Now that I would love to get!!!


----------



## 10elawncare (Sep 16, 2007)

I want to send out thank yous this year. 

" Thank you for not paying us on time, Thank you for letting your tenants leave their cars in your small parking lot for 7 days after the storm and then complain that there's still snow left in your lot after they finally leave. Thank you for your opinion on how you would have plowed the parking lot, if you were still doing it like you were back in high school. Oh and thanks for not paying on time!!!!!!"

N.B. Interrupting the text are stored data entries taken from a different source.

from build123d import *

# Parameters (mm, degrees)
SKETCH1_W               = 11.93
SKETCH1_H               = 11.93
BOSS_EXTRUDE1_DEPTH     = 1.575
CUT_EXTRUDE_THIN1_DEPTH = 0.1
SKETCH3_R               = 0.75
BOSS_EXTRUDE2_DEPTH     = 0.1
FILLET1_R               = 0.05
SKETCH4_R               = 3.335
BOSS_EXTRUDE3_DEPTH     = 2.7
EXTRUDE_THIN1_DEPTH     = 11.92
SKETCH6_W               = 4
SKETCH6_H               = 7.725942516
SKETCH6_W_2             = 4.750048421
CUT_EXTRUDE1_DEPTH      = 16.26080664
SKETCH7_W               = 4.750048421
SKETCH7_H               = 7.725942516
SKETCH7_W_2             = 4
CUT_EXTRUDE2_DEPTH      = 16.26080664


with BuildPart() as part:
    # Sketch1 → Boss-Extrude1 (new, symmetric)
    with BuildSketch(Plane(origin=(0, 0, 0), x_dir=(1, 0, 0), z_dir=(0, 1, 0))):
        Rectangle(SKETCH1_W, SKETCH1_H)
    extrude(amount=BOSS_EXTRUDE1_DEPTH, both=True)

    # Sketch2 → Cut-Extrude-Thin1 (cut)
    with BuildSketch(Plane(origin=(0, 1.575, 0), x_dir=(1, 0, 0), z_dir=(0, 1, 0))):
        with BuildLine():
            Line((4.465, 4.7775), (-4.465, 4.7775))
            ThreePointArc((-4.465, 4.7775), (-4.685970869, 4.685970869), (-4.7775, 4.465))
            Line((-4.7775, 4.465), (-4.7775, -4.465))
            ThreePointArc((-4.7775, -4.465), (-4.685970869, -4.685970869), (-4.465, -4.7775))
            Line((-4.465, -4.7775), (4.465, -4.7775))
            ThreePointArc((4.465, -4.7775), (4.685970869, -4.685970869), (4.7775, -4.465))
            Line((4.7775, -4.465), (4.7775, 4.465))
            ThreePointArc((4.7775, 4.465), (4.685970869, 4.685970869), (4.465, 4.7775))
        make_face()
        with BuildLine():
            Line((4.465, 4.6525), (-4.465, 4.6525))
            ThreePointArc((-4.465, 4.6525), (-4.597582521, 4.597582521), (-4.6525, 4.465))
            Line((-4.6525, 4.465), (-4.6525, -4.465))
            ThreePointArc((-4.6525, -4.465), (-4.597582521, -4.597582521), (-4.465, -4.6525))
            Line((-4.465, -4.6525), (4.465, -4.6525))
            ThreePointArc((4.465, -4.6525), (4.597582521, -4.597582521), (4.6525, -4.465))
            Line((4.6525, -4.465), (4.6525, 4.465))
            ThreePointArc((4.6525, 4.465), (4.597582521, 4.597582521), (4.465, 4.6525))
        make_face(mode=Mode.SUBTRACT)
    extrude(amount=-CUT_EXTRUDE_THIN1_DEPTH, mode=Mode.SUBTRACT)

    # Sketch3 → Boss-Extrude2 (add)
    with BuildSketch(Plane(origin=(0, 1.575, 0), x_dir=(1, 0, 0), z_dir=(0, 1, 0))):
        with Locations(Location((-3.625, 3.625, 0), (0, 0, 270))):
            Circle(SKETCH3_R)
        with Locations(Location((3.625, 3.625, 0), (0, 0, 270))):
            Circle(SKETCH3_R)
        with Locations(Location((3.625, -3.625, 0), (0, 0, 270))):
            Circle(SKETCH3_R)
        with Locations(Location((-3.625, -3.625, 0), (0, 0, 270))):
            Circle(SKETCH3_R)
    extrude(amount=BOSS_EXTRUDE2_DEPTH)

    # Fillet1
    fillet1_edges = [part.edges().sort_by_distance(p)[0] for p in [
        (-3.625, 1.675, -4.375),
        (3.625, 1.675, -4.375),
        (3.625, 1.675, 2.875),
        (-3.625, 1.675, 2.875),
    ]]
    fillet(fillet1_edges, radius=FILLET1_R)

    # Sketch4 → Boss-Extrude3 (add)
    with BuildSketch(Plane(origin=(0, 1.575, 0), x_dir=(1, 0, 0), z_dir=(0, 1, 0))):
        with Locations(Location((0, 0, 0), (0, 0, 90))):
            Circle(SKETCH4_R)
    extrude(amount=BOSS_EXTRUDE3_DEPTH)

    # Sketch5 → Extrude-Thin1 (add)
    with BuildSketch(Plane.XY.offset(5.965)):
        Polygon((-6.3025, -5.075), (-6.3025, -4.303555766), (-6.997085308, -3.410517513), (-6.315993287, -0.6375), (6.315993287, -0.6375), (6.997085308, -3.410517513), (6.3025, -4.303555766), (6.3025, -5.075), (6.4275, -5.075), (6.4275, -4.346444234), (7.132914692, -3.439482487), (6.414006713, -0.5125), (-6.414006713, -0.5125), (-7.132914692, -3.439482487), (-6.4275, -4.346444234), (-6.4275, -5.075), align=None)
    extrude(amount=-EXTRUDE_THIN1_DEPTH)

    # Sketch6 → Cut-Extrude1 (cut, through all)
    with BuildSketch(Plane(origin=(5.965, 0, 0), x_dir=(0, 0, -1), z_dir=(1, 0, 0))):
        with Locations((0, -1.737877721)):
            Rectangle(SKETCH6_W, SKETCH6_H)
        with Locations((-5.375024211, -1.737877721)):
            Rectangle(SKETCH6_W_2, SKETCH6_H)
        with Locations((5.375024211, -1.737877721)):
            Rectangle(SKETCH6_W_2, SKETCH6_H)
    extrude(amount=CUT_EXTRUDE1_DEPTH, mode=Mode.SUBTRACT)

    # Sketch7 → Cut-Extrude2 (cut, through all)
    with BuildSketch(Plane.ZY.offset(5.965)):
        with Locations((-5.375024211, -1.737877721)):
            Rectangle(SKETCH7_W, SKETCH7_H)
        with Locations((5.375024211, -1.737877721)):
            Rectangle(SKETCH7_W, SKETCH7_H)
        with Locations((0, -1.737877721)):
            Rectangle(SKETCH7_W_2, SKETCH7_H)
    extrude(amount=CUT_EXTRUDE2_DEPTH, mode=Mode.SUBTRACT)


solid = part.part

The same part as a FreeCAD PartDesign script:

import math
import FreeCAD as App
import Part
import Sketcher
Q = App.Units.Quantity


def edges_at(feature, points):
    """Names of the edges that pass closest to the given points."""
    edges = feature.Shape.Edges
    near = lambda p: min(range(len(edges)), key=lambda i: edges[i].distToShape(Part.Vertex(*p))[0])
    return sorted({f"Edge{near(p) + 1}" for p in points})


def add_polygon(sketch, points):
    """Adds a closed chain of lines whose ends are joined by coincident constraints."""
    first, n = sketch.GeometryCount, len(points)
    for a, b in zip(points, points[1:] + points[:1]):
        sketch.addGeometry(Part.LineSegment(App.Vector(*a, 0), App.Vector(*b, 0)), False)
    for i in range(n):
        sketch.addConstraint(Sketcher.Constraint("Coincident", first + i, 2, first + (i + 1) % n, 1))

doc = App.newDocument("Part")
body = doc.addObject("PartDesign::Body", "Body")

# Sketch on XZ plane
sketch1 = body.newObject("Sketcher::SketchObject", "Sketch")
sketch1.AttachmentSupport = (doc.getObject("XZ_Plane"), [""])
sketch1.MapMode = "FlatFace"
add_polygon(sketch1, [(-6, -6), (-6, 6), (6, 6), (6, -6)])  # lines 0-3
sketch1.addConstraint([
    Sketcher.Constraint("Vertical", 0),
    Sketcher.Constraint("Horizontal", 1),
    Sketcher.Constraint("Vertical", 2),
    Sketcher.Constraint("Horizontal", 3),
    Sketcher.Constraint("Symmetric", 0, 2, 2, 2, -1, 1),
    Sketcher.Constraint("Equal", 3, 0),
    Sketcher.Constraint("DistanceX", 1, 1, 1, 2, Q("11.93 mm")),
])
pad1 = body.newObject("PartDesign::Pad", "Pad")
pad1.Profile = sketch1
pad1.Length = 3.15
pad1.Midplane = True

# Sketch on XZ plane
sketch2 = body.newObject("Sketcher::SketchObject", "Sketch001")
sketch2.AttachmentSupport = (doc.getObject("XZ_Plane"), [""])
sketch2.MapMode = "FlatFace"
sketch2.AttachmentOffset = App.Placement(App.Vector(0, 0, -1.575), App.Rotation())
sketch2.addGeometry([
    Part.LineSegment(App.Vector(4.46, -4.78, 0), App.Vector(-4.46, -4.78, 0)),  # 0
    Part.ArcOfCircle(Part.Circle(App.Vector(-4.46, -4.46, 0), App.Vector(0, 0, 1), 0.31), math.radians(180), math.radians(270)),  # 1
    Part.LineSegment(App.Vector(-4.78, -4.46, 0), App.Vector(-4.78, 4.46, 0)),  # 2
    Part.ArcOfCircle(Part.Circle(App.Vector(-4.46, 4.46, 0), App.Vector(0, 0, 1), 0.31), math.radians(90), math.radians(180)),  # 3
    Part.LineSegment(App.Vector(-4.46, 4.78, 0), App.Vector(4.46, 4.78, 0)),  # 4
    Part.ArcOfCircle(Part.Circle(App.Vector(4.46, 4.46, 0), App.Vector(0, 0, 1), 0.31), math.radians(0), math.radians(90)),  # 5
    Part.LineSegment(App.Vector(4.78, 4.46, 0), App.Vector(4.78, -4.46, 0)),  # 6
    Part.ArcOfCircle(Part.Circle(App.Vector(4.46, -4.46, 0), App.Vector(0, 0, 1), 0.31), math.radians(-90), math.radians(0)),  # 7
    Part.LineSegment(App.Vector(-4.46, -4.65, 0), App.Vector(4.46, -4.65, 0)),  # 8
    Part.ArcOfCircle(Part.Circle(App.Vector(4.46, -4.46, 0), App.Vector(0, 0, 1), 0.19), math.radians(-90), math.radians(0)),  # 9
    Part.LineSegment(App.Vector(4.65, -4.46, 0), App.Vector(4.65, 4.46, 0)),  # 10
    Part.ArcOfCircle(Part.Circle(App.Vector(4.46, 4.46, 0), App.Vector(0, 0, 1), 0.19), math.radians(0), math.radians(90)),  # 11
    Part.LineSegment(App.Vector(4.46, 4.65, 0), App.Vector(-4.46, 4.65, 0)),  # 12
    Part.ArcOfCircle(Part.Circle(App.Vector(-4.46, 4.46, 0), App.Vector(0, 0, 1), 0.19), math.radians(90), math.radians(180)),  # 13
    Part.LineSegment(App.Vector(-4.65, 4.46, 0), App.Vector(-4.65, -4.46, 0)),  # 14
    Part.ArcOfCircle(Part.Circle(App.Vector(-4.46, -4.46, 0), App.Vector(0, 0, 1), 0.19), math.radians(-180), math.radians(-90)),  # 15
], False)
sketch2.addConstraint([
    Sketcher.Constraint("Tangent", 0, 2, 1, 2),
    Sketcher.Constraint("Tangent", 1, 1, 2, 1),
    Sketcher.Constraint("Tangent", 2, 2, 3, 2),
    Sketcher.Constraint("Tangent", 3, 1, 4, 1),
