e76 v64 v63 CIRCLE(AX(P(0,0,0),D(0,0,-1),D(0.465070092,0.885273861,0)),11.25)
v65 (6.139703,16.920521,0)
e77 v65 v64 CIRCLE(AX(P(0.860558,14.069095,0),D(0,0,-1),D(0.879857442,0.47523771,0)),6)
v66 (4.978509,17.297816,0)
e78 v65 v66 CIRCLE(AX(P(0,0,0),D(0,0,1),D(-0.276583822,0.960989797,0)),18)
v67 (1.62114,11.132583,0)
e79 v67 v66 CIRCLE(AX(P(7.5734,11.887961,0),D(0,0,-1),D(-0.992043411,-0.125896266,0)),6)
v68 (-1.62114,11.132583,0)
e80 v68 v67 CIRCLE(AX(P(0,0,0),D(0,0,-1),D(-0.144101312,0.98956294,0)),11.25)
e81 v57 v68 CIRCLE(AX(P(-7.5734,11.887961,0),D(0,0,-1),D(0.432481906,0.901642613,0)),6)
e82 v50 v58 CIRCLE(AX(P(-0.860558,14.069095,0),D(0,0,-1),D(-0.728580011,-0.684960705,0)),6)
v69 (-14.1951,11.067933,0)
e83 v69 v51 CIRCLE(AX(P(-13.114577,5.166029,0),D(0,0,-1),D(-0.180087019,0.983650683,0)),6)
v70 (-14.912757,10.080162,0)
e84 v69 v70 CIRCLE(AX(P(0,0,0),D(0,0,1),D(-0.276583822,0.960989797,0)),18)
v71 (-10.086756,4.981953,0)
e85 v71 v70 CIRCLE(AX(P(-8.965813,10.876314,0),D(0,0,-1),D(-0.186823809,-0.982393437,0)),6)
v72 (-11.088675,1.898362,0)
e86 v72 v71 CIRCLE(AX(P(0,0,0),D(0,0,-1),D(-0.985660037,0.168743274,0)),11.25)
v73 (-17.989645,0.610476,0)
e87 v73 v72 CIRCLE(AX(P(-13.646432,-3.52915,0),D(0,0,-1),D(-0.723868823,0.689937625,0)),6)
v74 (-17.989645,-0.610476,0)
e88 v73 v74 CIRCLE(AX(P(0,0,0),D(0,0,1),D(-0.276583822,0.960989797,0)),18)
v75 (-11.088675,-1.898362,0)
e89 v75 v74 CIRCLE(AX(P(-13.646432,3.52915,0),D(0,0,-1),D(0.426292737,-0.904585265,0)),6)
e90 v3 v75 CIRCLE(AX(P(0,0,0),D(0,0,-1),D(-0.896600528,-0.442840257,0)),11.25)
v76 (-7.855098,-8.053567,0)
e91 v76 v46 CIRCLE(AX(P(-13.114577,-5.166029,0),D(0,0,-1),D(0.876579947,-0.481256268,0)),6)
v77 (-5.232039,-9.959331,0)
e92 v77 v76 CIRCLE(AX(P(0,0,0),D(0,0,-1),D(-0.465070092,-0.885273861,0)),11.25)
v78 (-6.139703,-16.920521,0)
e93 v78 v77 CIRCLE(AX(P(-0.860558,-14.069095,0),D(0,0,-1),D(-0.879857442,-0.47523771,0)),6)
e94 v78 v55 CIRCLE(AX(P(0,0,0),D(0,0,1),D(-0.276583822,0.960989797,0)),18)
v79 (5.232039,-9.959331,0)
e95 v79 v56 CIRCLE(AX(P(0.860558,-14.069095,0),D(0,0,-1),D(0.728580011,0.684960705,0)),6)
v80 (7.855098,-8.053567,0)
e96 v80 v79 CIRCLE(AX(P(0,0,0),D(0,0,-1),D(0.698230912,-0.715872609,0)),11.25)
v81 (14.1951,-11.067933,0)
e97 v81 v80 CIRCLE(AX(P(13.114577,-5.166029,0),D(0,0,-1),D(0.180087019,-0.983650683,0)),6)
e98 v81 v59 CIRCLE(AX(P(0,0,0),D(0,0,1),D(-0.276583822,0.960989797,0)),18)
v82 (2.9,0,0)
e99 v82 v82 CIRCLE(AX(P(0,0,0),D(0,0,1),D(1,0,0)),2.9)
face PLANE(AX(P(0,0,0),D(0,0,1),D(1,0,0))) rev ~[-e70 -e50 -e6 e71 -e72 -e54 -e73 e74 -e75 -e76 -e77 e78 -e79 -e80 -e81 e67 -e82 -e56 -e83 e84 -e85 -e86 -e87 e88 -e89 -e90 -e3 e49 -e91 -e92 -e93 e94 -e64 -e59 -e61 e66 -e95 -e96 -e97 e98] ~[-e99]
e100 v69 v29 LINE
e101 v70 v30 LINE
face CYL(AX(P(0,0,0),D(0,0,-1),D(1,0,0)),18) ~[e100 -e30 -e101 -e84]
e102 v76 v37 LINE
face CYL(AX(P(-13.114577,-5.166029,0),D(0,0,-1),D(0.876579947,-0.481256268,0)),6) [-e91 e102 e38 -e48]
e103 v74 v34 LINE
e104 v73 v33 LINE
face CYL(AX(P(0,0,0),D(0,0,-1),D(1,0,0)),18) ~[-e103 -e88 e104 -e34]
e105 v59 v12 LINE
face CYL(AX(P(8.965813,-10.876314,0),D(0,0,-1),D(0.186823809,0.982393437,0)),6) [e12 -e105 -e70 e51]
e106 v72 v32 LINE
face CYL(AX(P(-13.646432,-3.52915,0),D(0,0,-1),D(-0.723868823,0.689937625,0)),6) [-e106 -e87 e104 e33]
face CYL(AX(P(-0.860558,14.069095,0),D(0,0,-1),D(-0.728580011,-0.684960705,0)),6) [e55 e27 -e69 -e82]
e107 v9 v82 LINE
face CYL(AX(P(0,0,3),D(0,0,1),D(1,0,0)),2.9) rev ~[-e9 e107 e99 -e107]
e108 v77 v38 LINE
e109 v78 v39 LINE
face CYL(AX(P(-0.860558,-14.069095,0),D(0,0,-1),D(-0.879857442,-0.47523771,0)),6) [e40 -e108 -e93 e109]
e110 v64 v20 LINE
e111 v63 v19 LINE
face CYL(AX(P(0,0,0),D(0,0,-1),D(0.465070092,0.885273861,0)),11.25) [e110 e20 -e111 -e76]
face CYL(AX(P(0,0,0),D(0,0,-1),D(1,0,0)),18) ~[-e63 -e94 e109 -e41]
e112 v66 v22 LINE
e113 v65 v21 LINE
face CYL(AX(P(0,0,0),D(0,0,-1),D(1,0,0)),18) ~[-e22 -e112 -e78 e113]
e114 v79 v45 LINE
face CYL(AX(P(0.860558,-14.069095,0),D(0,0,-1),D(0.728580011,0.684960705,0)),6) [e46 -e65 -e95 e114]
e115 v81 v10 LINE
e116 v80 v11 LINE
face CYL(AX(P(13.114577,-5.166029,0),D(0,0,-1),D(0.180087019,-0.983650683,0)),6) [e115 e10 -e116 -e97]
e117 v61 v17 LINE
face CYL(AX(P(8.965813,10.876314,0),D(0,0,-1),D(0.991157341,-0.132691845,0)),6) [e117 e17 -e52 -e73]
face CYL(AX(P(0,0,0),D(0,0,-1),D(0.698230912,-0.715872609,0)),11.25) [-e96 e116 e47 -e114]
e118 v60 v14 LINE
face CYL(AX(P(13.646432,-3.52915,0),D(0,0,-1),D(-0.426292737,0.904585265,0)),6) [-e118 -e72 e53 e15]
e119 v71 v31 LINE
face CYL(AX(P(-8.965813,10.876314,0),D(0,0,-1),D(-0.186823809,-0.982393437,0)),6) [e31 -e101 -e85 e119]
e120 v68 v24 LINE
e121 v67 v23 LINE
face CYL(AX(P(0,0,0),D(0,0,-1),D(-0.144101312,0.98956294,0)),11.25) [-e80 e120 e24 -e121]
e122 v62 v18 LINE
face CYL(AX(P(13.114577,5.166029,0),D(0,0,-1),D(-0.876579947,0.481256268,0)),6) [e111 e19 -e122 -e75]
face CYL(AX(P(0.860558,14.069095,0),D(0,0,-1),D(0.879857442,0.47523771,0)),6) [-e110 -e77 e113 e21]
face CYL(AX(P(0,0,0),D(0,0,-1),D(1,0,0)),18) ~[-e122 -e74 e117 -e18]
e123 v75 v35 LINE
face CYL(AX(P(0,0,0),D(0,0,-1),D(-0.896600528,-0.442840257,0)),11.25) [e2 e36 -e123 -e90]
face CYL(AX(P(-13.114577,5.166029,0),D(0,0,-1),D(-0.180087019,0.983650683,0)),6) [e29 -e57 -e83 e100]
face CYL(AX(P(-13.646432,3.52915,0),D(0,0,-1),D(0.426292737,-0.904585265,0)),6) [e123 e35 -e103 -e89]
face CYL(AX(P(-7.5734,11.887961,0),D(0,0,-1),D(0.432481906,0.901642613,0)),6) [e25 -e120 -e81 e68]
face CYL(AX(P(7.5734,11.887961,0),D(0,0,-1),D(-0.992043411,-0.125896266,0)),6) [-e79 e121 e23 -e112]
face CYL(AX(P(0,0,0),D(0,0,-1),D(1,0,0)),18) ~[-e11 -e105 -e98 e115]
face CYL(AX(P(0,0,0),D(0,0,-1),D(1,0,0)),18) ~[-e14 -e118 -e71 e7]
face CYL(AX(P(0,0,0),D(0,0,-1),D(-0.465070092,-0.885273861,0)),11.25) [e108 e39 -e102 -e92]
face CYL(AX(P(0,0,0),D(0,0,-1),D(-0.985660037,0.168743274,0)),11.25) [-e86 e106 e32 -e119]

Don't ya just love the "I used to do that in high school" people. Every time you stop at a gas station. But in all seriousness. We send a gift card to our bigger clients. We typically deal with them during the season, a few of them let their significant others handle the check writing so we deal with both husband and wife, so a $50.00 gift card for a nice place to eat goes a long way IMO. A thank you they would just throw away, a gift card they might not use right away and when they do finally take it out, they might say that was really nice of him and keep that in mind when they are thinking about next year's snow season or landscaping. JMO.


----------



## 518Landscapes (Dec 1, 2010)

Send a Greeting card around the holidays and be done with it. Obviously just Happy Holidays nothing more, as not every one celebrates the same holiday. Thank you cards are for the customers to send to you for doing a great job. I thank my customers for there business every time I talk to them. Just my .02


----------